I'll have to give it another try at some point... assuming it's compatible with something like Py2Exe.
I actually wanted to play around with it, until I realised it was basically just for gnome. I've only had bad experiences with gnome, so...
What made you conclude it's just for GNOME?
I've had no problem playing around with GNOME-free GTK+ programming in Vala and, while it means you can't do object-oriented stuff, it does have an experimental mode which kills the Glib dependency so you can compile to more pure C.
That depends on your definition of clean and pleasing.
1. I find the variable icon sizing and blur-inducing animations for showing and hiding disk usage bars in the places pane to be irritating despite preferring KDE's support for application-specific place bookmarks.
2. I never use the icon size slider in the statusbar and much prefer how PCManFM puts a free space counter there.
3. I have no clue what you mean by Dolphin supporting KParts. It still seems to be firmly designed to only use the DolphinPart KPart because the author doesn't want people to realize that he's reinvented Konqueror.
(He's of the belief that a file manager should not also be a browser and, to protect that viewpoint, he refuses to implement "preview using KParts" because Dolphin already uses KIOSlaves and all it takes for a primitive browser is KIOSlaves and KHTMLPart)
I don't understand. How do you define "look that good"?
http://i.imgur.com/a0AW9.png (comparison)
To me, they look pretty much the same aside from KDE applications using some icons not present in the Elementary theme I've grown fond of.
I do agree that Thunar is undesirable... but that's because the Xfce devs are adamant that Thunar will never have tabs.

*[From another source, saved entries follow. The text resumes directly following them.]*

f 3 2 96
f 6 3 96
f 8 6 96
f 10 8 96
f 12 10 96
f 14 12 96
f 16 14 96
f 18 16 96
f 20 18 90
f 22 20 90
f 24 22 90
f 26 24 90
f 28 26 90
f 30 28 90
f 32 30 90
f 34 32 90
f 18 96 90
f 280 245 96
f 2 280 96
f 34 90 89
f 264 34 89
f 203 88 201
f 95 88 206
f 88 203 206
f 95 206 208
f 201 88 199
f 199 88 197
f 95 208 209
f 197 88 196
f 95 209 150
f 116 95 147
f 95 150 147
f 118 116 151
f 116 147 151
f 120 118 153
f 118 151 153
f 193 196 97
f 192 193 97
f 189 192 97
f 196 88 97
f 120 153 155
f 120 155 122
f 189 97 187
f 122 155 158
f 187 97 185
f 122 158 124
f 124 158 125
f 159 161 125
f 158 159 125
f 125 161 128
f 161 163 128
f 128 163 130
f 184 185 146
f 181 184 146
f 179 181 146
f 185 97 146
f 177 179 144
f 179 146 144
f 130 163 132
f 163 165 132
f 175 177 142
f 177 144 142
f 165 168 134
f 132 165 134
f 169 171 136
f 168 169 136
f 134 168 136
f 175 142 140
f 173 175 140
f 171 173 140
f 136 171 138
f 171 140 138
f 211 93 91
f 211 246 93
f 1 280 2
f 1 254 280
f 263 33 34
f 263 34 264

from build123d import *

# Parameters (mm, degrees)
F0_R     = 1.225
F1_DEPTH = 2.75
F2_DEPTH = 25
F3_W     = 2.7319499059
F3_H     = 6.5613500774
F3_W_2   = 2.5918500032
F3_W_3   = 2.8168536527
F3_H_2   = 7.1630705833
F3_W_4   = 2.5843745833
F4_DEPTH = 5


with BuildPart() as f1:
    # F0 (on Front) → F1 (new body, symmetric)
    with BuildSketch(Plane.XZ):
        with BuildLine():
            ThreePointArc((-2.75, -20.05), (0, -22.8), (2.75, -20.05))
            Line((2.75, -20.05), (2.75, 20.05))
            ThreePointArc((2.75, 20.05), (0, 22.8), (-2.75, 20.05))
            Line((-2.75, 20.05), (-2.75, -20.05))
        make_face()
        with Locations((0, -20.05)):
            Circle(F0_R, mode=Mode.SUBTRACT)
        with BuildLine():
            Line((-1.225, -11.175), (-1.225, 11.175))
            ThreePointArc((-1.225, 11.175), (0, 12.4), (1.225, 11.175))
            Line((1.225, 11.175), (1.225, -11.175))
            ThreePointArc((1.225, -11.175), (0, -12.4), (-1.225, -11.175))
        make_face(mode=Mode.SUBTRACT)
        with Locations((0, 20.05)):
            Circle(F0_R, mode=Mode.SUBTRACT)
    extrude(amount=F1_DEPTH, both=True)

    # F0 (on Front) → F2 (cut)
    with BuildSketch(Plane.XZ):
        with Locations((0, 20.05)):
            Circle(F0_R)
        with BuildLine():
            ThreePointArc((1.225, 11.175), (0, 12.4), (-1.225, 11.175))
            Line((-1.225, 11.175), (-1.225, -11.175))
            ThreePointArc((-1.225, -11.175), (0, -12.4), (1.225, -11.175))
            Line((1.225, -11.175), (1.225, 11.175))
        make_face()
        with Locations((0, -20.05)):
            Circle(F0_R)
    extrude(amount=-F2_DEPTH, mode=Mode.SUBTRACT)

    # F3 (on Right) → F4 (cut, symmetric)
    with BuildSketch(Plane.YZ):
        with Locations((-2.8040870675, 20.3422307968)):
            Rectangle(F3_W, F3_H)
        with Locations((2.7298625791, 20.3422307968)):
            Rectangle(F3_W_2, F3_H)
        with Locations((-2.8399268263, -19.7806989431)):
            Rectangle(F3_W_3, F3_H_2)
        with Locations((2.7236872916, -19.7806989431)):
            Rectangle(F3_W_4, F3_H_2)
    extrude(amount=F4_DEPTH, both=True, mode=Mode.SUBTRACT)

I think we might have different definitions of "modern". I find Oxygen to be unpleasant and consider quite a few aspects of "modern" theming to be counter-productive glitz.
My (currently Lubuntu-based) LXDE desktop may not follow current trends, but it feels pretty darn modern and consistent to me.
No, it's sort of a hybrid of the two. It's like the classic start menu except, instead of a tree of categories and application launchers, the menu allows quick navigation of the filesystem.
(The LXDE one just shows folders for quickly opening a PCManFM instance while the KDE one shows everything for quick launching)
I have one for my home directory and one for my media library.